- _TO DO_
Nothing but the lines from the start of the records through the line that contains "#46=CARTESIAN_POINT('',(134.347161,29.066893,0.));" is to be copied, and each is to be copied exactly.

- _TASK INPUTS_
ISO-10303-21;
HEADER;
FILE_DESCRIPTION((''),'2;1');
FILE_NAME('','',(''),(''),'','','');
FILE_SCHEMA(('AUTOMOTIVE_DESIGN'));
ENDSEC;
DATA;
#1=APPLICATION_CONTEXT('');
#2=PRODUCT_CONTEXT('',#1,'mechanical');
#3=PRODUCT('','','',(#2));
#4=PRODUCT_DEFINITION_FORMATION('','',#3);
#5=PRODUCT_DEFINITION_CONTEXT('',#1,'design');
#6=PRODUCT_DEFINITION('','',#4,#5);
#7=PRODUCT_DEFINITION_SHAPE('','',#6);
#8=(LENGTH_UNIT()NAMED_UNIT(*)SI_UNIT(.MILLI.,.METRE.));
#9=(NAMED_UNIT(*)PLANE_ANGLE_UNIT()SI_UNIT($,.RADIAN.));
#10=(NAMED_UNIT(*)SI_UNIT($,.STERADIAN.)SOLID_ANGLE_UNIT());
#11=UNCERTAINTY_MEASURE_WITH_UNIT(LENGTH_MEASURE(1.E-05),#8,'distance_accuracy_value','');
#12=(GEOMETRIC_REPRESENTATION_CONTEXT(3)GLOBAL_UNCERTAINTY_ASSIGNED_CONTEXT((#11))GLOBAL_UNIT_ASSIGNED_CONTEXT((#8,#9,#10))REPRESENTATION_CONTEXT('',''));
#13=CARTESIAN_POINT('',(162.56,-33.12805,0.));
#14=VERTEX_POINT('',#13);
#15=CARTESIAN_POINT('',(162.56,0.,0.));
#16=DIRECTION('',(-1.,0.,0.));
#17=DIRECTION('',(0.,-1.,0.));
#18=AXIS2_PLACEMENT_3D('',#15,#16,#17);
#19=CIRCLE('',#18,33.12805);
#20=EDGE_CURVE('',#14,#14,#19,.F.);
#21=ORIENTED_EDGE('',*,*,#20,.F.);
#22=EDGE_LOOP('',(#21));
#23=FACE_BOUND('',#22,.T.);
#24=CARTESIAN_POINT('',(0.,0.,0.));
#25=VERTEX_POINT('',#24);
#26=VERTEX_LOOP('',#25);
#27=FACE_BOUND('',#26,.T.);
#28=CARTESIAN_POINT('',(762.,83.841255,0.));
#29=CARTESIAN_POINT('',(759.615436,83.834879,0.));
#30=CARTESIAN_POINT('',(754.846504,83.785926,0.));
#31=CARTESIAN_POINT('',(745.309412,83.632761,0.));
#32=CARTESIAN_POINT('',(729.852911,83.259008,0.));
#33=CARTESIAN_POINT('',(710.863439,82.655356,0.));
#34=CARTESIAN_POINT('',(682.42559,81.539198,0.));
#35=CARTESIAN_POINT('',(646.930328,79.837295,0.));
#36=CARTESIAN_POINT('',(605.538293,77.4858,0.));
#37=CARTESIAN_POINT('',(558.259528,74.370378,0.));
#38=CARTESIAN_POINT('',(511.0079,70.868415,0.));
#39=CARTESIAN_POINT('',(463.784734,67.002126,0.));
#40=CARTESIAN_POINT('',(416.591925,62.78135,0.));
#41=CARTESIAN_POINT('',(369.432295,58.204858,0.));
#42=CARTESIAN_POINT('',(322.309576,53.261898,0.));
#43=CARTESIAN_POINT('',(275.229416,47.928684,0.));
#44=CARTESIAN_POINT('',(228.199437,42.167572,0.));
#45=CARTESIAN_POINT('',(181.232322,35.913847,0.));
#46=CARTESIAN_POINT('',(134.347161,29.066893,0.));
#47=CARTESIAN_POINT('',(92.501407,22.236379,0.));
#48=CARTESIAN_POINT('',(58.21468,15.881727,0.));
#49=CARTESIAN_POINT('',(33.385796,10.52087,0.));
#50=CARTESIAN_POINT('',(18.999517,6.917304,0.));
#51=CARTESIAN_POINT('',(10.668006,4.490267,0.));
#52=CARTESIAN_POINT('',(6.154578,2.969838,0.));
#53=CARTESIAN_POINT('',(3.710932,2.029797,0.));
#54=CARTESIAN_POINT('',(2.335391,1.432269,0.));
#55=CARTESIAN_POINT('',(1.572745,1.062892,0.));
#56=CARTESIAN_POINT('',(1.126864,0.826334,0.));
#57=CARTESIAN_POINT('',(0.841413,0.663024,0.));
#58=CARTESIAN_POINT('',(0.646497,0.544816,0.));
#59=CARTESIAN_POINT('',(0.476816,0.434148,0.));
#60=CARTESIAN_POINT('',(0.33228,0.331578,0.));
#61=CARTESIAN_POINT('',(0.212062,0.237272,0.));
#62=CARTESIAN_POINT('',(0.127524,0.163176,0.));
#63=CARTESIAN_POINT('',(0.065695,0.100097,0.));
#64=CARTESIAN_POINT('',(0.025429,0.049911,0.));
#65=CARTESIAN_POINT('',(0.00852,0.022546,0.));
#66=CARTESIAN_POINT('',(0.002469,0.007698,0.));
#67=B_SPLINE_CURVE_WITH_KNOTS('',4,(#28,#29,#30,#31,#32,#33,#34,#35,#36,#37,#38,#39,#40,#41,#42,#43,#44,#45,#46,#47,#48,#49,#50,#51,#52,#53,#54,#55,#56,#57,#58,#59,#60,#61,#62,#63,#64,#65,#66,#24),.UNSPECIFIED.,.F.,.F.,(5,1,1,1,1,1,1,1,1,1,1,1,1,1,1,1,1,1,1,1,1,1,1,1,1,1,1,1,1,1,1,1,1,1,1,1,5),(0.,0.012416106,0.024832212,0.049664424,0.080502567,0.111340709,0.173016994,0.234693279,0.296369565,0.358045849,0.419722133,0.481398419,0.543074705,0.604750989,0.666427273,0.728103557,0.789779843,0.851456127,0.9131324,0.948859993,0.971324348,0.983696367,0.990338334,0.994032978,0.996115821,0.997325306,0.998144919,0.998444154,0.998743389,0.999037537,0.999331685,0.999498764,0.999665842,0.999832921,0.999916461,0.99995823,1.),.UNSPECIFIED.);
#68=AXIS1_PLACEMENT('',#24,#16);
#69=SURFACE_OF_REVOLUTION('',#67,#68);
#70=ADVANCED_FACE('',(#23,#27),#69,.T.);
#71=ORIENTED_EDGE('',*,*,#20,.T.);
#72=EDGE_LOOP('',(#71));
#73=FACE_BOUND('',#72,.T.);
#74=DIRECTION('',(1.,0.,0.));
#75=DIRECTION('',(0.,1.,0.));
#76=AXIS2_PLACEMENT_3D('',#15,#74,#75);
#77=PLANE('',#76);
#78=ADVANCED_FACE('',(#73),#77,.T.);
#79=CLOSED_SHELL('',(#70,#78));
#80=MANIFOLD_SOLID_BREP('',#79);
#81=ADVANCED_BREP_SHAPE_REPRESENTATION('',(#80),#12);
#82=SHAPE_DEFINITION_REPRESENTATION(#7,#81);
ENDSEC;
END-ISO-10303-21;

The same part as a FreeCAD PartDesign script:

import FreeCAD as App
import Part
import Sketcher
from FreeCAD import Vector
Q = App.Units.Quantity

doc = App.newDocument("Part")
body = doc.addObject("PartDesign::Body", "Body")

sketch1 = body.newObject("Sketcher::SketchObject", "Sketch")
sketch1.AttachmentSupport = (doc.getObject("XY_Plane"), [""])
sketch1.MapMode = "FlatFace"
sketch1.addGeometry(Part.LineSegment(Vector(762, 0, 0), Vector(762, 83.841255, 0)), False)
sketch1.addGeometry(Part.BSplineCurve([Vector(0, 0, 0), Vector(0.002469, 0.007698, 0), Vector(0.00852, 0.022546, 0), Vector(0.025429, 0.049911, 0), Vector(0.065695, 0.100097, 0), Vector(0.127524, 0.163176, 0), Vector(0.212062, 0.237272, 0), Vector(0.33228, 0.331578, 0), Vector(0.476816, 0.434148, 0), Vector(0.646497, 0.544816, 0), Vector(0.841413, 0.663024, 0), Vector(1.126864, 0.826334, 0), Vector(1.572745, 1.062892, 0), Vector(2.335391, 1.432269, 0), Vector(3.710932, 2.029797, 0), Vector(6.154578, 2.969838, 0), Vector(10.668006, 4.490267, 0), Vector(18.999517, 6.917304, 0), Vector(33.385796, 10.52087, 0), Vector(58.21468, 15.881727, 0), Vector(92.501407, 22.236379, 0), Vector(134.347161, 29.066893, 0), Vector(181.232322, 35.913847, 0), Vector(228.199437, 42.167572, 0), Vector(275.229416, 47.928684, 0), Vector(322.309576, 53.261898, 0), Vector(369.432295, 58.204858, 0), Vector(416.591925, 62.78135, 0), Vector(463.784734, 67.002126, 0), Vector(511.0079, 70.868415, 0), Vector(558.259528, 74.370378, 0), Vector(605.538293, 77.4858, 0), Vector(646.930328, 79.837295, 0), Vector(682.42559, 81.539198, 0), Vector(710.863439, 82.655356, 0), Vector(729.852911, 83.259008, 0), Vector(745.309412, 83.632761, 0), Vector(754.846504, 83.785926, 0), Vector(759.615436, 83.834879, 0), Vector(762, 83.841255, 0)], [5, 1, 1, 1, 1, 1, 1, 1, 1, 1, 1, 1, 1, 1, 1, 1, 1, 1, 1, 1, 1, 1, 1, 1, 1, 1, 1, 1, 1, 1, 1, 1, 1, 1, 1, 1, 5], [0, 0.00004177, 0.000083539, 0.000167079, 0.000334158, 0.000501236, 0.000668315, 0.000962463, 0.001256611, 0.001555846, 0.001855081, 0.002674694, 0.003884179, 0.005967022, 0.009661666, 0.016303633, 0.028675652, 0.051140007, 0.0868676, 0.148543873, 0.210220157, 0.271896443, 0.333572727, 0.395249011, 0.456925295, 0.518601581, 0.580277867, 0.641954151, 0.703630435, 0.765306721, 0.826983006, 0.888659291, 0.919497433, 0.950335576, 0.975167788, 0.987583894, 1], False, 4, [1, 1, 1, 1, 1, 1, 1, 1, 1, 1, 1, 1, 1, 1, 1, 1, 1, 1, 1, 1, 1, 1, 1, 1, 1, 1, 1, 1, 1, 1, 1, 1, 1, 1, 1, 1, 1, 1, 1, 1], False), False)
sketch1.addGeometry(Part.LineSegment(Vector(0, 0, 0), Vector(762, 0, 0)), False)
sketch1.addConstraint(Sketcher.Constraint("Block", 1))
sketch1.addConstraint(Sketcher.Constraint("Coincident", 0, 2, 1, 2))
sketch1.addConstraint(Sketcher.Constraint("Coincident", 1, 1, 2, 1))
sketch1.addConstraint(Sketcher.Constraint("Coincident", 2, 2, 0, 1))
sketch1.addConstraint(Sketcher.Constraint("Vertical", 0))
sketch1.addConstraint(Sketcher.Constraint("Horizontal", 2))
revolution = body.newObject("PartDesign::Revolution", "Revolution")
revolution.Profile = sketch1
revolution.ReferenceAxis = (sketch1, ["H_Axis"])
revolution.Angle = 360

sketch2 = body.newObject("Sketcher::SketchObject", "Sketch001")
sketch2.AttachmentSupport = (doc.getObject("YZ_Plane"), [""])
sketch2.MapMode = "FlatFace"
sketch2.AttachmentOffset = App.Placement(Vector(0, 0, 30 * 25.4), App.Rotation())
sketch2.addGeometry(Part.Circle(Vector(0, 0, 0), Vector(0, 0, 1), 84), False)
sketch2.addConstraint(Sketcher.Constraint("Coincident", 0, 3, -1, 1))
sketch2.addConstraint(Sketcher.Constraint("Diameter", 0, 167.682509))
pad1 = body.newObject("PartDesign::Pad", "Pad")
pad1.Profile = sketch2
pad1.Length = Q("0.4 in")

sketch3 = body.newObject("Sketcher::SketchObject", "Sketch002")
sketch3.AttachmentSupport = (doc.getObject("YZ_Plane"), [""])
sketch3.MapMode = "FlatFace"
sketch3.AttachmentOffset = App.Placement(Vector(0, 0, 6.4 * 25.4), App.Rotation())
sketch3.addGeometry(Part.Circle(Vector(0, 0, 0), Vector(0, 0, 1), 117), False)
sketch3.addConstraint(Sketcher.Constraint("Coincident", 0, 3, -1, 1))
sketch3.addConstraint(Sketcher.Constraint("Diameter", 0, 234.922505))
pocket1 = body.newObject("PartDesign::Pocket", "Pocket")
pocket1.Profile = sketch3
pocket1.Length = Q("26.85 in")
pocket1.Reversed = True

doc.recompute()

- _RESPONSE TO THE TASK_
ISO-10303-21;
HEADER;
FILE_DESCRIPTION((''),'2;1');
FILE_NAME('','',(''),(''),'','','');
FILE_SCHEMA(('AUTOMOTIVE_DESIGN'));
ENDSEC;
DATA;
#1=APPLICATION_CONTEXT('');
#2=PRODUCT_CONTEXT('',#1,'mechanical');
#3=PRODUCT('','','',(#2));
#4=PRODUCT_DEFINITION_FORMATION('','',#3);
#5=PRODUCT_DEFINITION_CONTEXT('',#1,'design');
#6=PRODUCT_DEFINITION('','',#4,#5);
#7=PRODUCT_DEFINITION_SHAPE('','',#6);
#8=(LENGTH_UNIT()NAMED_UNIT(*)SI_UNIT(.MILLI.,.METRE.));
#9=(NAMED_UNIT(*)PLANE_ANGLE_UNIT()SI_UNIT($,.RADIAN.));
#10=(NAMED_UNIT(*)SI_UNIT($,.STERADIAN.)SOLID_ANGLE_UNIT());
#11=UNCERTAINTY_MEASURE_WITH_UNIT(LENGTH_MEASURE(1.E-05),#8,'distance_accuracy_value','');
#12=(GEOMETRIC_REPRESENTATION_CONTEXT(3)GLOBAL_UNCERTAINTY_ASSIGNED_CONTEXT((#11))GLOBAL_UNIT_ASSIGNED_CONTEXT((#8,#9,#10))REPRESENTATION_CONTEXT('',''));
#13=CARTESIAN_POINT('',(162.56,-33.12805,0.));
#14=VERTEX_POINT('',#13);
#15=CARTESIAN_POINT('',(162.56,0.,0.));
#16=DIRECTION('',(-1.,0.,0.));
#17=DIRECTION('',(0.,-1.,0.));
#18=AXIS2_PLACEMENT_3D('',#15,#16,#17);
#19=CIRCLE('',#18,33.12805);
#20=EDGE_CURVE('',#14,#14,#19,.F.);
#21=ORIENTED_EDGE('',*,*,#20,.F.);
#22=EDGE_LOOP('',(#21));
#23=FACE_BOUND('',#22,.T.);
#24=CARTESIAN_POINT('',(0.,0.,0.));
#25=VERTEX_POINT('',#24);
#26=VERTEX_LOOP('',#25);
#27=FACE_BOUND('',#26,.T.);
#28=CARTESIAN_POINT('',(762.,83.841255,0.));
#29=CARTESIAN_POINT('',(759.615436,83.834879,0.));
#30=CARTESIAN_POINT('',(754.846504,83.785926,0.));
#31=CARTESIAN_POINT('',(745.309412,83.632761,0.));
#32=CARTESIAN_POINT('',(729.852911,83.259008,0.));
#33=CARTESIAN_POINT('',(710.863439,82.655356,0.));
#34=CARTESIAN_POINT('',(682.42559,81.539198,0.));
#35=CARTESIAN_POINT('',(646.930328,79.837295,0.));
#36=CARTESIAN_POINT('',(605.538293,77.4858,0.));
#37=CARTESIAN_POINT('',(558.259528,74.370378,0.));
#38=CARTESIAN_POINT('',(511.0079,70.868415,0.));
#39=CARTESIAN_POINT('',(463.784734,67.002126,0.));
#40=CARTESIAN_POINT('',(416.591925,62.78135,0.));
#41=CARTESIAN_POINT('',(369.432295,58.204858,0.));
#42=CARTESIAN_POINT('',(322.309576,53.261898,0.));
#43=CARTESIAN_POINT('',(275.229416,47.928684,0.));
#44=CARTESIAN_POINT('',(228.199437,42.167572,0.));
#45=CARTESIAN_POINT('',(181.232322,35.913847,0.));
#46=CARTESIAN_POINT('',(134.347161,29.066893,0.));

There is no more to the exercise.